## WHAT TO PRODUCE:
Beneath this task are records; print exactly the stretch of them from the line with "#99=EDGE_CURVE('',#96,#24,#98,.T.);" through the line with "#125=ORIENTED_EDGE('',*,*,#34,.T.);", both ends included.

## MATERIAL PROVIDED:
- - -

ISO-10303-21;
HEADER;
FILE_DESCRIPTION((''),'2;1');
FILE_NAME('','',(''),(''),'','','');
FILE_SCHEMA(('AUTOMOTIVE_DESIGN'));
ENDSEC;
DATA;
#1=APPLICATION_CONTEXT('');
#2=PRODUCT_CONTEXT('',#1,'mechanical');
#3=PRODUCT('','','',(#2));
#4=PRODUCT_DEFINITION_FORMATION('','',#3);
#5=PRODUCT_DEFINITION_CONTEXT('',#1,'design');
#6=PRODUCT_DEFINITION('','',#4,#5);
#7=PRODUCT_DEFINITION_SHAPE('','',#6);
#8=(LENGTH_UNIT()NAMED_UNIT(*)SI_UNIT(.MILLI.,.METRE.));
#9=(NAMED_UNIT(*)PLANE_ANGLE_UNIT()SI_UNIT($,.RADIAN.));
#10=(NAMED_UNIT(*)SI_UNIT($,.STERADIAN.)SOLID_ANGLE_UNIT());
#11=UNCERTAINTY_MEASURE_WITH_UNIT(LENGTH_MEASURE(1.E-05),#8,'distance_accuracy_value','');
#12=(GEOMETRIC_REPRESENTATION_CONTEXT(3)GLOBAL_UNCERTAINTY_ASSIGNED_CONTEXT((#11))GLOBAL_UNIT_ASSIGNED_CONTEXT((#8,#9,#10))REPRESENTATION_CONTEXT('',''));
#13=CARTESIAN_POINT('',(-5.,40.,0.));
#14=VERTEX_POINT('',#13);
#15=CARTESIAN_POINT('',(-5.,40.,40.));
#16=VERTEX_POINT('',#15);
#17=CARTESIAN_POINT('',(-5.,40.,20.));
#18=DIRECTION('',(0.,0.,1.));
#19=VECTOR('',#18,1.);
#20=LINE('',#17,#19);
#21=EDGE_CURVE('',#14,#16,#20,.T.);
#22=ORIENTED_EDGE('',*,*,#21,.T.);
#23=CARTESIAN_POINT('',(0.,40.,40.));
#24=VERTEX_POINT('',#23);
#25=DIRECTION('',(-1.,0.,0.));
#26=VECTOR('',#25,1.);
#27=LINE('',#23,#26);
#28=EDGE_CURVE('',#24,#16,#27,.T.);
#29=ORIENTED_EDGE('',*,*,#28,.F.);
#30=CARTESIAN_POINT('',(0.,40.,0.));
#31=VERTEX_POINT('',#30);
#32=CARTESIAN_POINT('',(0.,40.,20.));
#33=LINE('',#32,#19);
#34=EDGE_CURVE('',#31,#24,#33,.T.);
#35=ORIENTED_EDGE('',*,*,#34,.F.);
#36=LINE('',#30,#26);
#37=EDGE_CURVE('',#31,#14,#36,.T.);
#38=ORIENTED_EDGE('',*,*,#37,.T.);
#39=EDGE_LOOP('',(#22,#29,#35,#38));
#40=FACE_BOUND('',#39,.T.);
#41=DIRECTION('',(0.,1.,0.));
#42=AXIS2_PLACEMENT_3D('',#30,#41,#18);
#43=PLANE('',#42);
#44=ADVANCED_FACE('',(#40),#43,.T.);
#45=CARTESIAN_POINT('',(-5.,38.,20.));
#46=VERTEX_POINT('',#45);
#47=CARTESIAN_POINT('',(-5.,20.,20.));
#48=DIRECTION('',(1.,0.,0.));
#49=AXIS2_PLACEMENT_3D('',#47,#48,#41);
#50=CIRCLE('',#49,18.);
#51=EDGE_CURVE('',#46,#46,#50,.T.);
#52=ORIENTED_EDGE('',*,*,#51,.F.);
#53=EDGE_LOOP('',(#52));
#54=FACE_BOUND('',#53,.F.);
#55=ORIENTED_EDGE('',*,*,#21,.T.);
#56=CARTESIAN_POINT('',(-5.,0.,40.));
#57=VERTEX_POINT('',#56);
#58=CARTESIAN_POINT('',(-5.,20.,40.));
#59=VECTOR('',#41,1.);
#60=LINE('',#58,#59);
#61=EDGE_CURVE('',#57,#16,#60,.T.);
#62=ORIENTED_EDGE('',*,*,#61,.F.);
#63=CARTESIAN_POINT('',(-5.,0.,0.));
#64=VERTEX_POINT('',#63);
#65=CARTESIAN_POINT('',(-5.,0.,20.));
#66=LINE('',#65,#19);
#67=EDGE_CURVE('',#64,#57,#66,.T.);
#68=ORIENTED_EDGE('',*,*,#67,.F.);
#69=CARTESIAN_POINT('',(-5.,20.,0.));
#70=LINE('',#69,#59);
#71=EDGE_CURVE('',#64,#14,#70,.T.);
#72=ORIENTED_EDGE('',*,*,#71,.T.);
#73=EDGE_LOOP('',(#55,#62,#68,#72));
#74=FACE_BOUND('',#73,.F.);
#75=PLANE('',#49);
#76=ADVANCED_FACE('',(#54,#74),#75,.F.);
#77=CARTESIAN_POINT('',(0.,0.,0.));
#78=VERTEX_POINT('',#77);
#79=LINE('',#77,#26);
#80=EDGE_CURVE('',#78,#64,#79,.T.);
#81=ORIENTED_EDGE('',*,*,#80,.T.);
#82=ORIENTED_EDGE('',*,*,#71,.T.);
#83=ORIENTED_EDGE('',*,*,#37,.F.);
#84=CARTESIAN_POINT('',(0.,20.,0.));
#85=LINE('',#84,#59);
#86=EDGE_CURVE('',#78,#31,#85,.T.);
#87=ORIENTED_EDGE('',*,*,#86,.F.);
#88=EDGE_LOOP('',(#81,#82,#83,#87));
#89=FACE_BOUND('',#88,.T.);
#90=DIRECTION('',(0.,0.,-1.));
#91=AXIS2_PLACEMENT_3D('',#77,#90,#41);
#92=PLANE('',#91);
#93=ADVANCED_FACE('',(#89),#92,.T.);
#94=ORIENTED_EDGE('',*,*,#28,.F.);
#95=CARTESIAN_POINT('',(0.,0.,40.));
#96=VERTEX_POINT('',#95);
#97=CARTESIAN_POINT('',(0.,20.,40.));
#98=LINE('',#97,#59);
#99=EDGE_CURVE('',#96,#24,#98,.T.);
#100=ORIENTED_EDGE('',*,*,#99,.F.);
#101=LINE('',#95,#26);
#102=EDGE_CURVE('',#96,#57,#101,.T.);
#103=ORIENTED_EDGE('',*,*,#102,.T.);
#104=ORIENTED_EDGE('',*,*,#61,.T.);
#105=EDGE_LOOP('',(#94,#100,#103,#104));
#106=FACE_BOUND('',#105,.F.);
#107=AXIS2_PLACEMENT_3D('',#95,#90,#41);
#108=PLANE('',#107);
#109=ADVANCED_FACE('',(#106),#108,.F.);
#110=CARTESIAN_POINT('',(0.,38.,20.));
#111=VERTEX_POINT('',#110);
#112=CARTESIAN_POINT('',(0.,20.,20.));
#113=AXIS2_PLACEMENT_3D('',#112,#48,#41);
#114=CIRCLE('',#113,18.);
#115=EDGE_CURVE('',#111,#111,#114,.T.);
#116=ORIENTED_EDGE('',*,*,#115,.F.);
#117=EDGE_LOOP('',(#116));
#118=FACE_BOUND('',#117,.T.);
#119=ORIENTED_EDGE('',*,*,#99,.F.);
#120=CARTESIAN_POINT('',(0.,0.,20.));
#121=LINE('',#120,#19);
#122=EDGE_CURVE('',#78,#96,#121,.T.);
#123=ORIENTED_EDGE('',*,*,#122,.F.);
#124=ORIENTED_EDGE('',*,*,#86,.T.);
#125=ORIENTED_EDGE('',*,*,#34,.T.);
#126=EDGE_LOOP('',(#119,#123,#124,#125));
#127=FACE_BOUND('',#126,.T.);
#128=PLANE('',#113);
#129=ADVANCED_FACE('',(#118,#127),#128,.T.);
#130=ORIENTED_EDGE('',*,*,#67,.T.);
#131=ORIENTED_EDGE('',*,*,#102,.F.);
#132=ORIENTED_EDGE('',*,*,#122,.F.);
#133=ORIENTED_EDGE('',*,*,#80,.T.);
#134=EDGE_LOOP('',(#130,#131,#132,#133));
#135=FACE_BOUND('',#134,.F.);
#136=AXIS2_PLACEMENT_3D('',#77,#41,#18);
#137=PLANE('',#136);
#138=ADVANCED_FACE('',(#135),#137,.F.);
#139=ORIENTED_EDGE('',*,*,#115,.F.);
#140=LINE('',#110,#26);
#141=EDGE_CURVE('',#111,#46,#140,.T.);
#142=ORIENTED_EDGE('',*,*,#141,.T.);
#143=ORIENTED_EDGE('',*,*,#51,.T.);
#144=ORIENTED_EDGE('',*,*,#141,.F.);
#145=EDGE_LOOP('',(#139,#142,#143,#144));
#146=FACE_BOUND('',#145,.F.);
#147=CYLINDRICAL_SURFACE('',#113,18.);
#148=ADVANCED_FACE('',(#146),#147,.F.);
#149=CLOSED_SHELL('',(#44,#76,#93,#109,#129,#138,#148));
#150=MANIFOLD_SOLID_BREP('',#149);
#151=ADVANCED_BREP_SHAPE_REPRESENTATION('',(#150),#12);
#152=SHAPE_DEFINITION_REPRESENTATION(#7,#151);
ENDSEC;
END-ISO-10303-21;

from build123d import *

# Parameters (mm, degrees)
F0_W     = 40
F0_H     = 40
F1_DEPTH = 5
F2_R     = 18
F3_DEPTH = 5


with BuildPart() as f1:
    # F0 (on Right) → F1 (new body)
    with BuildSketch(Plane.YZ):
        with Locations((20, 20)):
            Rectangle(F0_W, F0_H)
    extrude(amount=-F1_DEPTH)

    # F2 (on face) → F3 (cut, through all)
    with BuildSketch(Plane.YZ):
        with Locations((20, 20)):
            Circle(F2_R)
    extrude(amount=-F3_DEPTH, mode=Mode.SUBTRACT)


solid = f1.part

- - -

## ANSWER BOX:
#99=EDGE_CURVE('',#96,#24,#98,.T.);
#100=ORIENTED_EDGE('',*,*,#99,.F.);
#101=LINE('',#95,#26);
#102=EDGE_CURVE('',#96,#57,#101,.T.);
#103=ORIENTED_EDGE('',*,*,#102,.T.);
#104=ORIENTED_EDGE('',*,*,#61,.T.);
#105=EDGE_LOOP('',(#94,#100,#103,#104));
#106=FACE_BOUND('',#105,.F.);
#107=AXIS2_PLACEMENT_3D('',#95,#90,#41);
#108=PLANE('',#107);
#109=ADVANCED_FACE('',(#106),#108,.F.);
#110=CARTESIAN_POINT('',(0.,38.,20.));
#111=VERTEX_POINT('',#110);
#112=CARTESIAN_POINT('',(0.,20.,20.));
#113=AXIS2_PLACEMENT_3D('',#112,#48,#41);
#114=CIRCLE('',#113,18.);
#115=EDGE_CURVE('',#111,#111,#114,.T.);
#116=ORIENTED_EDGE('',*,*,#115,.F.);
#117=EDGE_LOOP('',(#116));
#118=FACE_BOUND('',#117,.T.);
#119=ORIENTED_EDGE('',*,*,#99,.F.);
#120=CARTESIAN_POINT('',(0.,0.,20.));
#121=LINE('',#120,#19);
#122=EDGE_CURVE('',#78,#96,#121,.T.);
#123=ORIENTED_EDGE('',*,*,#122,.F.);
#124=ORIENTED_EDGE('',*,*,#86,.T.);
#125=ORIENTED_EDGE('',*,*,#34,.T.);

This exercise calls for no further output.